In most American states it is now the law to separate your waste: for example, as
far as bottles are concerned, you must separate the coloured from the clear, and
the brown from the green. The New York Times ran a front page story about a
working class family, the Wilkersons of Woodbury, New Jersey.The Wilkersons must
separate their waste into 11 separate containers. As The Times observed, putting
out the trash is not as easy as it used to be. The Wilkersons have seven rubbish
bags outside their home, and not an item, not a paper towel, is discarded without
thinking which bin to put it in.

The biggest recent item of change has been to biodegradable plastics. Increasingly,
plastic food packaging is banned, unless it is degradable. The old polyethelene
containers might survive 400 years or more. The new degradable ones begin to
crumble after only three to four weeks exposure to sunlight: although sunlight is
usually in short supply on garbage dumps and landfills.
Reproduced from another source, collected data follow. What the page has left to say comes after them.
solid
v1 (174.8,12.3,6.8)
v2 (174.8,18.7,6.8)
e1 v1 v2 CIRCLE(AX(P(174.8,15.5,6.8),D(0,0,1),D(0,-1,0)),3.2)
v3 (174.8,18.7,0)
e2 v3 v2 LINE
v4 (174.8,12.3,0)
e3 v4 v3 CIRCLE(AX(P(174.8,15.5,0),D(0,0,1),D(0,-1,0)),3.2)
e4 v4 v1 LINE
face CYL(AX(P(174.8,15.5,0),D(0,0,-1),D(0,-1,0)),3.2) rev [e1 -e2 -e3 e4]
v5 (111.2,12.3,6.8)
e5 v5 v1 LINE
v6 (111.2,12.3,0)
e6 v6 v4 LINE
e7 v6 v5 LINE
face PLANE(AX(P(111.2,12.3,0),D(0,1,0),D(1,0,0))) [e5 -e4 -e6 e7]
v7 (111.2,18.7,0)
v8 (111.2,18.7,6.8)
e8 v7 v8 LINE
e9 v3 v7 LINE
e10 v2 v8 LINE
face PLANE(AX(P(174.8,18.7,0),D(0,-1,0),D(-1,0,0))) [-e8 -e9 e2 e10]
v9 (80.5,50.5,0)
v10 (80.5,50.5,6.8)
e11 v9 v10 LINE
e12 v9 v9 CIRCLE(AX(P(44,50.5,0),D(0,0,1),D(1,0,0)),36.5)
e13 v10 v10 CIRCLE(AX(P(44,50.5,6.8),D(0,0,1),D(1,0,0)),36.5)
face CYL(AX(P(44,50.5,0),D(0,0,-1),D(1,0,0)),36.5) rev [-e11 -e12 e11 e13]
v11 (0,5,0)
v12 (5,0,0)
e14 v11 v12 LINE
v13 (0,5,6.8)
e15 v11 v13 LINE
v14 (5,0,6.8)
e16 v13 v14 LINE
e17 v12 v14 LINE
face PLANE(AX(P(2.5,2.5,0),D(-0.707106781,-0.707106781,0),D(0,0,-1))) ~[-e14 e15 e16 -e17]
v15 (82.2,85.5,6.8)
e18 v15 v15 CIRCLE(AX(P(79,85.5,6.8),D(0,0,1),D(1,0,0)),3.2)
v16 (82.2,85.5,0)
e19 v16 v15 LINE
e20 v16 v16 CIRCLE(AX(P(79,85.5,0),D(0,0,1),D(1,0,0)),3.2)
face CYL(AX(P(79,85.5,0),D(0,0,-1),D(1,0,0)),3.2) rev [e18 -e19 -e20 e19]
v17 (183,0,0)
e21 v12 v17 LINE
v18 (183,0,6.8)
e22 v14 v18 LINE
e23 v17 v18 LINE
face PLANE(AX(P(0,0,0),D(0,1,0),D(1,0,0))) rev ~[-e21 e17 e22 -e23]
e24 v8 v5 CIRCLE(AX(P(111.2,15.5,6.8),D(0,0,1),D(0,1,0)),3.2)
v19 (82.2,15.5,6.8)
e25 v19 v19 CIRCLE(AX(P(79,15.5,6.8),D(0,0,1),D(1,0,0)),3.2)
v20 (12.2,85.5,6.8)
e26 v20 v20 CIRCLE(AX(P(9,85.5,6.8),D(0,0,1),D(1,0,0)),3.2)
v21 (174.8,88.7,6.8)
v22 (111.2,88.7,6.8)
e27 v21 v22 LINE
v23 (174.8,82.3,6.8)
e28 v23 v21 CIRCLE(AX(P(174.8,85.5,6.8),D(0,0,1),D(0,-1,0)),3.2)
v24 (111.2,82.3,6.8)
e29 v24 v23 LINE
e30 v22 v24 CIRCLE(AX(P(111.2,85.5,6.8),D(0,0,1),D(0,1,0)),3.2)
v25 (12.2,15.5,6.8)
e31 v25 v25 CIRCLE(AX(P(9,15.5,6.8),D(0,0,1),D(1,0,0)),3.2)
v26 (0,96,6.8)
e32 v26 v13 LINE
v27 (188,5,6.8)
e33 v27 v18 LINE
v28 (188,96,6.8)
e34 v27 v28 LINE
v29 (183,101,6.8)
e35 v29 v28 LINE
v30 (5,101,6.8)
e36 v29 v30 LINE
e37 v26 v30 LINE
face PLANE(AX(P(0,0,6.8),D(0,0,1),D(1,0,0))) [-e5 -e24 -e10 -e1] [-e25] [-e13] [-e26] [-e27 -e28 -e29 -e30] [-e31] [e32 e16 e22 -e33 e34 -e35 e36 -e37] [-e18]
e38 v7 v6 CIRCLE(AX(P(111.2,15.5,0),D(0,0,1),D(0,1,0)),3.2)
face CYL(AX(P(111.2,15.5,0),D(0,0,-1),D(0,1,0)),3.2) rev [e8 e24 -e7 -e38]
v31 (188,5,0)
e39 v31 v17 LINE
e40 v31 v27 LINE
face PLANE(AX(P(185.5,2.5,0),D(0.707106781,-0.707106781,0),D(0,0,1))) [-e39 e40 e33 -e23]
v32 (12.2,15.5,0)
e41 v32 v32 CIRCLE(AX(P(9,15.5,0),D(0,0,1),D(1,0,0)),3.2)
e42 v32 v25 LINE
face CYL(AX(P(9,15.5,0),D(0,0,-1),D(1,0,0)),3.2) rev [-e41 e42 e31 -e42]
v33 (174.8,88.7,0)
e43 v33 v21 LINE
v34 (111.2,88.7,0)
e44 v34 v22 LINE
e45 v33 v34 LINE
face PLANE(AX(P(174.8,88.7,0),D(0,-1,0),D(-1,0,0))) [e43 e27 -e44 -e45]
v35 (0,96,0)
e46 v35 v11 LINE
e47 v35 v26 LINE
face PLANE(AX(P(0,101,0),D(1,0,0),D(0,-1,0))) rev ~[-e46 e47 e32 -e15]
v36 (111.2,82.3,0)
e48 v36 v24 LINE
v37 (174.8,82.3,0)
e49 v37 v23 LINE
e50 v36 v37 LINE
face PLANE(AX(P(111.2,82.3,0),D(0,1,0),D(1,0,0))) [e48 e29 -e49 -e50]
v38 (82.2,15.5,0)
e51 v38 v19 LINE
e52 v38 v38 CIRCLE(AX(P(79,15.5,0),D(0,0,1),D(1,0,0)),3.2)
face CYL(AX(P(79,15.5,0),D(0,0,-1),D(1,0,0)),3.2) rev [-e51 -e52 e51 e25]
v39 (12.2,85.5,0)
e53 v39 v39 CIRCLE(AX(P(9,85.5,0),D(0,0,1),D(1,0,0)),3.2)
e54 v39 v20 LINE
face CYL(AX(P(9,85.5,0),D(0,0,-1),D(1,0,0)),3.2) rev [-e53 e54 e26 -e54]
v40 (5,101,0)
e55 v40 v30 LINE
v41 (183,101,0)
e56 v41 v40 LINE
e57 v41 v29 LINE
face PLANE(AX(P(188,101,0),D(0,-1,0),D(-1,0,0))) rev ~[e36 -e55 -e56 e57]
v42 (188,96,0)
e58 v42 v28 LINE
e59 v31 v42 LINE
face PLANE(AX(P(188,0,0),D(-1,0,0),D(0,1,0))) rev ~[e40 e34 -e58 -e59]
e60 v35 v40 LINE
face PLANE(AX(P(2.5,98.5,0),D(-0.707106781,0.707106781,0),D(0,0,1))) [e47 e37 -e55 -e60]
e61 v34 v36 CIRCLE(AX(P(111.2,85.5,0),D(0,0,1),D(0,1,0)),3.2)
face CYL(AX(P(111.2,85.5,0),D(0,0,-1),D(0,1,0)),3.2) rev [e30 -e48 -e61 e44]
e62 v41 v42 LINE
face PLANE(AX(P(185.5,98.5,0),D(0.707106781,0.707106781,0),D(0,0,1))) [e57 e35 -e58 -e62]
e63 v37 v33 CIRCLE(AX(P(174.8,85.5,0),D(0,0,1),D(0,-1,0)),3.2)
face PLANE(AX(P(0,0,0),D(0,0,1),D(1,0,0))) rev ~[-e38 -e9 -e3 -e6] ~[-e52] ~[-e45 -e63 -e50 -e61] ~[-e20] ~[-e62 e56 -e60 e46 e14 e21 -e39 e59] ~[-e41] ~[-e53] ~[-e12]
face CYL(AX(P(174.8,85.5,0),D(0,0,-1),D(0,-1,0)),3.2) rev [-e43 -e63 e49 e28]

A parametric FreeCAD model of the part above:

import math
import FreeCAD as App
import Part
import Sketcher


def edges_at(feature, points):
    """Names of the edges that pass closest to the given points."""
    edges = feature.Shape.Edges
    near = lambda p: min(range(len(edges)), key=lambda i: edges[i].distToShape(Part.Vertex(*p))[0])
    return sorted({f"Edge{near(p) + 1}" for p in points})

doc = App.newDocument("Part")
body = doc.addObject("PartDesign::Body", "Body")

sketch1 = body.newObject("Sketcher::SketchObject", "Sketch")
sketch1.AttachmentSupport = (doc.getObject("XY_Plane"), [""])
sketch1.MapMode = "FlatFace"
sketch1.addGeometry([
    Part.LineSegment(App.Vector(0, 101, 0), App.Vector(0, 0, 0)),
    Part.LineSegment(App.Vector(0, 0, 0), App.Vector(188, 0, 0)),
    Part.LineSegment(App.Vector(188, 0, 0), App.Vector(188, 101, 0)),
    Part.LineSegment(App.Vector(188, 101, 0), App.Vector(0, 101, 0)),
    Part.Circle(App.Vector(9, 15.5, 0), App.Vector(0, 0, 1), 3.2),
    Part.Circle(App.Vector(79, 15.5, 0), App.Vector(0, 0, 1), 3.2),
    Part.LineSegment(App.Vector(174.8, 12.3, 0), App.Vector(111.2, 12.3, 0)),
    Part.ArcOfCircle(Part.Circle(App.Vector(111.2, 15.5, 0), App.Vector(0, 0, 1), 3.2), math.radians(90), math.radians(270)),
    Part.LineSegment(App.Vector(111.2, 18.7, 0), App.Vector(174.8, 18.7, 0)),
    Part.ArcOfCircle(Part.Circle(App.Vector(174.8, 15.5, 0), App.Vector(0, 0, 1), 3.2), math.radians(-90), math.radians(90)),
    Part.Circle(App.Vector(44, 50.5, 0), App.Vector(0, 0, 1), 36.5),
    Part.Circle(App.Vector(9, 85.5, 0), App.Vector(0, 0, 1), 3.2),
    Part.Circle(App.Vector(79, 85.5, 0), App.Vector(0, 0, 1), 3.2),
    Part.LineSegment(App.Vector(174.8, 82.3, 0), App.Vector(111.2, 82.3, 0)),
    Part.ArcOfCircle(Part.Circle(App.Vector(111.2, 85.5, 0), App.Vector(0, 0, 1), 3.2), math.radians(90), math.radians(270)),
    Part.LineSegment(App.Vector(111.2, 88.7, 0), App.Vector(174.8, 88.7, 0)),
    Part.ArcOfCircle(Part.Circle(App.Vector(174.8, 85.5, 0), App.Vector(0, 0, 1), 3.2), math.radians(-90), math.radians(90)),
], False)
sketch1.addConstraint([
    Sketcher.Constraint("Coincident", 0, 2, 1, 1),
    Sketcher.Constraint("Coincident", 1, 2, 2, 1),
    Sketcher.Constraint("Coincident", 2, 2, 3, 1),
    Sketcher.Constraint("Coincident", 3, 2, 0, 1),
    Sketcher.Constraint("Tangent", 6, 2, 7, 2),
    Sketcher.Constraint("Tangent", 7, 1, 8, 1),
    Sketcher.Constraint("Tangent", 8, 2, 9, 2),
    Sketcher.Constraint("Tangent", 9, 1, 6, 1),
    Sketcher.Constraint("Tangent", 13, 2, 14, 2),
    Sketcher.Constraint("Tangent", 14, 1, 15, 1),
    Sketcher.Constraint("Tangent", 15, 2, 16, 2),
    Sketcher.Constraint("Tangent", 16, 1, 13, 1),
    Sketcher.Constraint("Vertical", 0),
    Sketcher.Constraint("Horizontal", 1),
    Sketcher.Constraint("Vertical", 2),
    Sketcher.Constraint("Horizontal", 3),
    Sketcher.Constraint("Horizontal", 6),
    Sketcher.Constraint("Horizontal", 8),
    Sketcher.Constraint("Horizontal", 13),
    Sketcher.Constraint("Horizontal", 15),
    Sketcher.Constraint("Coincident", 0, 2, -1, 1),
    Sketcher.Constraint("Equal", 4, 5),
    Sketcher.Constraint("Equal", 5, 7),
    Sketcher.Constraint("Equal", 9, 11),
    Sketcher.Constraint("Equal", 11, 12),
    Sketcher.Constraint("Equal", 12, 14),
    Sketcher.Constraint("Horizontal", 4, 3, 5, 3),
    Sketcher.Constraint("Horizontal", 5, 3, 7, 3),
    Sketcher.Constraint("Horizontal", 11, 3, 12, 3),
    Sketcher.Constraint("Horizontal", 12, 3, 14, 3),
    Sketcher.Constraint("Vertical", 4, 3, 11, 3),
    Sketcher.Constraint("Vertical", 5, 3, 12, 3),
    Sketcher.Constraint("Vertical", 7, 3, 14, 3),
    Sketcher.Constraint("Vertical", 9, 3, 16, 3),
    Sketcher.Constraint("Diameter", 10, 73.0),
    Sketcher.Constraint("Diameter", 4, 6.4),
    Sketcher.Constraint("DistanceX", 1, 1, 1, 2, 188.0),
    Sketcher.Constraint("DistanceY", 0, 2, 0, 1, 101.0),
    Sketcher.Constraint("DistanceX", -1, 1, 4, 3, 9.0),
    Sketcher.Constraint("DistanceX", 4, 3, 5, 3, 70.0),
    Sketcher.Constraint("DistanceY", 4, 3, 11, 3, 70.0),
    Sketcher.Constraint("DistanceX", 6, 2, 6, 1, 63.6),
    Sketcher.Constraint("DistanceX", -1, 1, 10, 3, 44.0),
    Sketcher.Constraint("DistanceY", 4, 3, 10, 3, 35.0),
    Sketcher.Constraint("DistanceY", -1, 1, 4, 3, 15.5),
    Sketcher.Constraint("DistanceX", -1, 1, 7, 3, 111.2),
])
pad1 = body.newObject("PartDesign::Pad", "Pad")
pad1.Profile = sketch1
pad1.Length = 6.8
doc.recompute()

chamfer = body.newObject("PartDesign::Chamfer", "Chamfer")
chamfer.Base = (pad1, edges_at(pad1, [
    (188, 101, 3.4),
    (188, 0, 3.4),
    (0, 0, 3.4),
    (0, 101, 3.4),
]))
chamfer.Size = 5

doc.recompute()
The latest idea is to make
plastics with added cornstarch that will be eaten by bacteria. In theory, the plastic
disintegrates into pieces small enough to be eaten by micro-organisms.

In the bad old days, before the clean air acts of the early sixties, most garbage was
incinerated or burnt in open dumps. Now, however, most of it is used to recover
energy or is recycled. For the USA, such a change in attitude is an achievement,
although the problem of creating garbage, as opposed to its disposal, remains.